Can it be used offline (without logging in to Facebook)? Enterprise version doesn't require logging in to Facebook. Meghan: One facebook account can administer up to four devices. Tom: Or is it that one headset can attach to four facebook accounts? It may be both.
Tom has tried ChimeraX, Molecular Zoo, Beat Saber, VR ping-pong game on quest2. Intend to try Nanome. Body parts can block communication between headset and controllers. Phil: localization of controllers not as good as with vive lighthouse systems.
Discussion of when/whether we can be moved back to an MSC contract. Mechanism still in flux. Last time we talked about what could be in the next contract.
Phil has been trying AlphaFold. Tom is gathering statistics on run times.
NIH 3D presets from Eric: order of application is important. The order in the script currently works but different orders may produce different results (namely, the surface presets delete ligands etc. that are shown by some of the others). Phil: want non-fattened ribbon versions with coloring by chain and by rainbow. Need to consult with Meghan and Darrell on a few of them and get back to you later.
2/3/2022
Phil, Philip, Meghan; Elaine, Eric, TomG, Zach, Greg
Meghan says she has a list for us of stuff that would be useful in VR...
Philip says there are some 3D pipeline workflow changes but should not affect the ChimeraX part.
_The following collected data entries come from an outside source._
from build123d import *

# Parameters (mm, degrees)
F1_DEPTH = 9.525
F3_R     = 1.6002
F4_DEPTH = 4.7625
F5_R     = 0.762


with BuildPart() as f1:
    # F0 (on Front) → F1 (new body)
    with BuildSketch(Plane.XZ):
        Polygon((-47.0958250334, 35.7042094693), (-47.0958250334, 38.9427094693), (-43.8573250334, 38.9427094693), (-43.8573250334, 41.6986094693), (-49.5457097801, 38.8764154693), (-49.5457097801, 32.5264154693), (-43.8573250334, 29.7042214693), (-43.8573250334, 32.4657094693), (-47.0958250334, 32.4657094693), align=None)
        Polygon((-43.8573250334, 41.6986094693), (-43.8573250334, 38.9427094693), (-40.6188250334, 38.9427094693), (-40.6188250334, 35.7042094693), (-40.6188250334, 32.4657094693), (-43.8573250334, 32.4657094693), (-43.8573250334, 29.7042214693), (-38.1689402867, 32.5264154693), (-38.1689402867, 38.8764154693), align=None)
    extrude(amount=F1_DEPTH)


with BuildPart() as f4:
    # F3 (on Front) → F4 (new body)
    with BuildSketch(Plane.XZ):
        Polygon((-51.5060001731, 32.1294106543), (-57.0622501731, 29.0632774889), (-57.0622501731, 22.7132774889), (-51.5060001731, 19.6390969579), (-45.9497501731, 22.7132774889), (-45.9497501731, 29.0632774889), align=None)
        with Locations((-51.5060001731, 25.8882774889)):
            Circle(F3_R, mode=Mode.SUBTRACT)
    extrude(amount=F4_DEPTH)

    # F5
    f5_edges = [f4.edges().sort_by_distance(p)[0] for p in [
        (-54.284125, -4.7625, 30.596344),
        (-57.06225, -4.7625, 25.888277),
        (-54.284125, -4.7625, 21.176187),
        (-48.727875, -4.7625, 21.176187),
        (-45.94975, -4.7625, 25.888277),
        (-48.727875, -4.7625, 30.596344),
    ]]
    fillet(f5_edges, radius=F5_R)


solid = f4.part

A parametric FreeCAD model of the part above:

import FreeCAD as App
import Part
import Sketcher
Q = App.Units.Quantity


def edges_at(feature, points):
    """Names of the edges that pass closest to the given points."""
    edges = feature.Shape.Edges
    near = lambda p: min(range(len(edges)), key=lambda i: edges[i].distToShape(Part.Vertex(*p))[0])
    return sorted({f"Edge{near(p) + 1}" for p in points})

doc = App.newDocument("Part")
body = doc.addObject("PartDesign::Body", "Body")

sketch1 = body.newObject("Sketcher::SketchObject", "Sketch")
sketch1.AttachmentSupport = (doc.getObject("XZ_Plane"), [""])
sketch1.MapMode = "FlatFace"
sketch1.addGeometry([
    Part.LineSegment(App.Vector(-43.857325, 41.698609, 0), App.Vector(-49.54571, 38.876415, 0)),
    Part.LineSegment(App.Vector(-49.54571, 38.876415, 0), App.Vector(-49.54571, 32.526415, 0)),
    Part.LineSegment(App.Vector(-49.54571, 32.526415, 0), App.Vector(-43.857325, 29.704221, 0)),
    Part.LineSegment(App.Vector(-43.857325, 29.704221, 0), App.Vector(-38.16894, 32.526415, 0)),
    Part.LineSegment(App.Vector(-38.16894, 32.526415, 0), App.Vector(-38.16894, 38.876415, 0)),
    Part.LineSegment(App.Vector(-38.16894, 38.876415, 0), App.Vector(-43.857325, 41.698609, 0)),
    Part.LineSegment(App.Vector(-47.095825, 38.942709, 0), App.Vector(-40.618825, 38.942709, 0)),
    Part.LineSegment(App.Vector(-40.618825, 38.942709, 0), App.Vector(-40.618825, 32.465709, 0)),
    Part.LineSegment(App.Vector(-40.618825, 32.465709, 0), App.Vector(-47.095825, 32.465709, 0)),
    Part.LineSegment(App.Vector(-47.095825, 32.465709, 0), App.Vector(-47.095825, 38.942709, 0)),
], False)
sketch1.addConstraint([
    Sketcher.Constraint("Coincident", 0, 2, 1, 1),
    Sketcher.Constraint("Coincident", 1, 2, 2, 1),
    Sketcher.Constraint("Coincident", 2, 2, 3, 1),
    Sketcher.Constraint("Coincident", 3, 2, 4, 1),
    Sketcher.Constraint("Coincident", 4, 2, 5, 1),
    Sketcher.Constraint("Coincident", 5, 2, 0, 1),
    Sketcher.Constraint("Coincident", 6, 2, 7, 1),
    Sketcher.Constraint("Coincident", 7, 2, 8, 1),
    Sketcher.Constraint("Coincident", 8, 2, 9, 1),
    Sketcher.Constraint("Coincident", 9, 2, 6, 1),
    Sketcher.Constraint("Vertical", 1),
    Sketcher.Constraint("Vertical", 4),
    Sketcher.Constraint("Horizontal", 6),
    Sketcher.Constraint("Vertical", 7),
    Sketcher.Constraint("Horizontal", 8),
    Sketcher.Constraint("Vertical", 9),
    Sketcher.Constraint("Parallel", 0, 3),
    Sketcher.Constraint("Parallel", 2, 5),
    Sketcher.Constraint("Horizontal", 1, 2, 3, 2),
    Sketcher.Constraint("Horizontal", 0, 2, 4, 2),
    Sketcher.Constraint("Vertical", 2, 2, 5, 2),
    Sketcher.Constraint("Equal", 8, 7),
    Sketcher.Constraint("DistanceY", 1, 2, 1, 1, Q("0.25 in")),
    Sketcher.Constraint("Distance", 0, Q("0.25 in")),
    Sketcher.Constraint("DistanceX", 6, 1, 6, 2, Q("0.255 in")),
    Sketcher.Constraint("DistanceX", 5, 2, 6, 2, Q("0.1275 in")),
    Sketcher.Constraint("DistanceY", 6, 2, 5, 2, Q("0.1085 in")),
    Sketcher.Constraint("DistanceX", 0, 2, -1, 1, Q("49.54571 mm")),
    Sketcher.Constraint("DistanceY", -1, 1, 2, 2, Q("29.704221 mm")),
    Sketcher.Constraint("DistanceX", 3, 2, -1, 1, Q("38.16894 mm")),
])
pad1 = body.newObject("PartDesign::Pad", "Pad")
pad1.Profile = sketch1
pad1.Length = Q("0.375 in")
body2 = doc.addObject("PartDesign::Body", "Body001")

sketch2 = body2.newObject("Sketcher::SketchObject", "Sketch001")
sketch2.AttachmentSupport = (doc.getObject("XZ_Plane001"), [""])
sketch2.MapMode = "FlatFace"
sketch2.addGeometry([
    Part.LineSegment(App.Vector(-51.506, 32.129411, 0), App.Vector(-57.06225, 29.063277, 0)),
    Part.LineSegment(App.Vector(-57.06225, 29.063277, 0), App.Vector(-57.06225, 22.713277, 0)),
    Part.LineSegment(App.Vector(-57.06225, 22.713277, 0), App.Vector(-51.506, 19.639097, 0)),
    Part.LineSegment(App.Vector(-51.506, 19.639097, 0), App.Vector(-45.94975, 22.713277, 0)),
    Part.LineSegment(App.Vector(-45.94975, 22.713277, 0), App.Vector(-45.94975, 29.063277, 0)),
    Part.LineSegment(App.Vector(-45.94975, 29.063277, 0), App.Vector(-51.506, 32.129411, 0)),
    Part.Circle(App.Vector(-51.506, 25.888277, 0), App.Vector(0, 0, 1), 1.6002),
], False)
sketch2.addConstraint([
    Sketcher.Constraint("Coincident", 0, 2, 1, 1),
    Sketcher.Constraint("Coincident", 1, 2, 2, 1),
    Sketcher.Constraint("Coincident", 2, 2, 3, 1),
    Sketcher.Constraint("Coincident", 3, 2, 4, 1),
    Sketcher.Constraint("Coincident", 4, 2, 5, 1),
    Sketcher.Constraint("Coincident", 5, 2, 0, 1),
    Sketcher.Constraint("Vertical", 1),
    Sketcher.Constraint("Vertical", 4),
    Sketcher.Constraint("Horizontal", 1, 2, 3, 2),
    Sketcher.Constraint("Horizontal", 0, 2, 4, 2),
    Sketcher.Constraint("Vertical", 6, 3, 2, 2),
    Sketcher.Constraint("Vertical", 2, 2, 5, 2),
    Sketcher.Constraint("Equal", 2, 3),
    Sketcher.Constraint("Diameter", 6, Q("0.126 in")),
    Sketcher.Constraint("DistanceY", 1, 2, 1, 1, Q("0.25 in")),
    Sketcher.Constraint("Distance", 2, Q("0.25 in")),
    Sketcher.Constraint("DistanceX", 0, 2, 6, 3, Q("0.21875 in")),
    Sketcher.Constraint("DistanceY", 6, 3, 0, 2, Q("0.125 in")),
    Sketcher.Constraint("DistanceX", 6, 3, -1, 1, Q("51.506 mm")),
    Sketcher.Constraint("DistanceY", -1, 1, 5, 2, Q("32.129411 mm")),
    Sketcher.Constraint("Distance", 0, Q("6.346108 mm")),
])
pad2 = body2.newObject("PartDesign::Pad", "Pad001")
pad2.Profile = sketch2
pad2.Length = Q("0.1875 in")
doc.recompute()

fillet = body2.newObject("PartDesign::Fillet", "Fillet")
fillet.Base = (pad2, edges_at(pad2, [
    (-54.284, -4.763, 30.596),
    (-57.062, -4.763, 25.888),
    (-54.284, -4.763, 21.176),
    (-48.728, -4.763, 21.176),
    (-45.95, -4.763, 25.888),
    (-48.728, -4.763, 30.596),
]))
fillet.Radius = Q("0.03 in")
body.Visibility = False

doc.recompute()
Daily build will be best when the pipeline starts using them.
Phil has been testing the updated presets and we've gone back and forth. Most issues addressed, needs more thought on the NIAID side. Will try 3D printing rectangle vs. oval strand. Need to take a look at the "sides" parameter of "cartoon style."
Request 1: Phil would like to be able to save a session from within VR. (In Quest2 could use airlink to laptop that wasn't even in the same room! Rift was plugged into laptop at the time.) Maybe toolbar icon analogous to save-image icon. Maybe save a copy if the session already had a name. Or fill in Save dialog with a name that could contain timestamp or "Copy N", which could even be done specifically only in VR.
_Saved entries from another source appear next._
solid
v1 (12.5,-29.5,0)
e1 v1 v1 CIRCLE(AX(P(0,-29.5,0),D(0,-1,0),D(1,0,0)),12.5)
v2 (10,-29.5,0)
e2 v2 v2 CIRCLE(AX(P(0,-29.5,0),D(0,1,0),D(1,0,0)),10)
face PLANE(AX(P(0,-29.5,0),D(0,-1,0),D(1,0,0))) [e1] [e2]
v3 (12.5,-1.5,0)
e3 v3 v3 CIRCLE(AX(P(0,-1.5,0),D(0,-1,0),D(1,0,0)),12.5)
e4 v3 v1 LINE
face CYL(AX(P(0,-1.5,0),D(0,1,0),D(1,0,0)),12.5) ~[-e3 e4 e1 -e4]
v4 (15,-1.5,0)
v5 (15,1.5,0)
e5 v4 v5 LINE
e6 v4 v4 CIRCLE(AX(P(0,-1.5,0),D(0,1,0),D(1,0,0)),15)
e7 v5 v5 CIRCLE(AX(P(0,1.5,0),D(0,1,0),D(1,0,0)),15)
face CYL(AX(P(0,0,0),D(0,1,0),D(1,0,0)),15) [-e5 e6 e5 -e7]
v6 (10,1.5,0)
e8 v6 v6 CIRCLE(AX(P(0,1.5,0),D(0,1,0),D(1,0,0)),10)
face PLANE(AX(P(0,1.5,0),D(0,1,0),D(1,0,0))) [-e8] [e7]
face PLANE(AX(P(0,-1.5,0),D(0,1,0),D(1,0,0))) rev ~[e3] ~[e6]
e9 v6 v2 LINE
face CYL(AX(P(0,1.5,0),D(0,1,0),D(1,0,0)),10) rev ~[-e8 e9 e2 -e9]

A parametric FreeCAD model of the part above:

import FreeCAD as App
import Part
import Sketcher
from FreeCAD import Vector
Q = App.Units.Quantity

doc = App.newDocument("Part")
body = doc.addObject("PartDesign::Body", "Body")

sketch1 = doc.addObject("Sketcher::SketchObject", "Sketch")
body.addObject(sketch1)
sketch1.AttachmentSupport = (doc.XZ_Plane, [""])
sketch1.MapMode = "FlatFace"
sketch1.addGeometry(Part.Circle(Vector(0, 0, 0), Vector(0, 0, 1), 15), False)
sketch1.addConstraint([
    Sketcher.Constraint("Coincident", 0, 3, -1, 1),
    Sketcher.Constraint("Diameter", 0, Q("30 mm")),
])
pad1 = doc.addObject("PartDesign::Pad", "Pad")
body.addObject(pad1)
pad1.Profile = sketch1
pad1.Length = 3
pad1.Midplane = True

sketch2 = doc.addObject("Sketcher::SketchObject", "Sketch001")
body.addObject(sketch2)
sketch2.AttachmentSupport = (doc.XZ_Plane, [""])
sketch2.MapMode = "FlatFace"
sketch2.AttachmentOffset = App.Placement(Vector(0, 0, 1.5), App.Rotation())
sketch2.addGeometry(Part.Circle(Vector(0, 0, 0), Vector(0, 0, 1), 12.5), False)
sketch2.addConstraint([
    Sketcher.Constraint("Coincident", 0, 3, -1, 1),
    Sketcher.Constraint("Diameter", 0, Q("25 mm")),
])
pad2 = doc.addObject("PartDesign::Pad", "Pad001")
body.addObject(pad2)
pad2.Profile = sketch2
pad2.Length = 28

sketch3 = doc.addObject("Sketcher::SketchObject", "Sketch002")
body.addObject(sketch3)
sketch3.AttachmentSupport = (doc.XZ_Plane, [""])
sketch3.MapMode = "FlatFace"
sketch3.AttachmentOffset = App.Placement(Vector(0, 0, -1.5), App.Rotation())
sketch3.addGeometry(Part.Circle(Vector(0, 0, 0), Vector(0, 0, 1), 10), False)
sketch3.addConstraint([
    Sketcher.Constraint("Coincident", 0, 3, -1, 1),
    Sketcher.Constraint("Diameter", 0, Q("20 mm")),
])
pocket1 = doc.addObject("PartDesign::Pocket", "Pocket")
body.addObject(pocket1)
pocket1.Profile = sketch3
pocket1.Type = "ThroughAll"
pocket1.Reversed = True

doc.recompute()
Discussion of problem in some Windows setups where ~/Desktop in output pathname is an unwritable location.
Meghan: is there some way to type on a virtual keyboard? TomG: SteamVR virtual keyboard enter key does not work. Scooter found something that says this bug has been fixed. TomG: jury is still out on speech recognition.
Request 2: Another need is popup showing what is under the pointer. Too computationally expensive to do continuously. Maybe add a button-click function. May like to see the chain info too, not just the residue and chain ID. Another request is a laser-beam pointer. TomG: already have label mode, another click turns it off. Scooter: is that good enough for Phil? Phil: if you don't have to click on the same spot to turn it off. Elaine: yes to turn off a specific label, but clicking in empty space turns them all off.
Request 3: Meghan: another request is a useful thing we saw in MolArt, converting amongst UniProt, PDB author residue numbers, and the other PDB residue numbers. MolArt actually renumbers according to which scheme you like. Greg: we only use the author numbering, not the internal PDB numbering. Phil: both are of interest. Elaine: maybe we could have a Renumber Residue tool (with equivalent commands) that allows switching amongst the 3 or user-specified like in Chimera. Eric: UniProt on demand, model-level setting of which numbering is used.
Phil: could you (TomG) present ChimeraX VR to the NIH virtual and augmented reality SIG? An hour long a couple weeks from now. Interests include all areas including molecules, medical imaging, etc. TomG: sounds fun.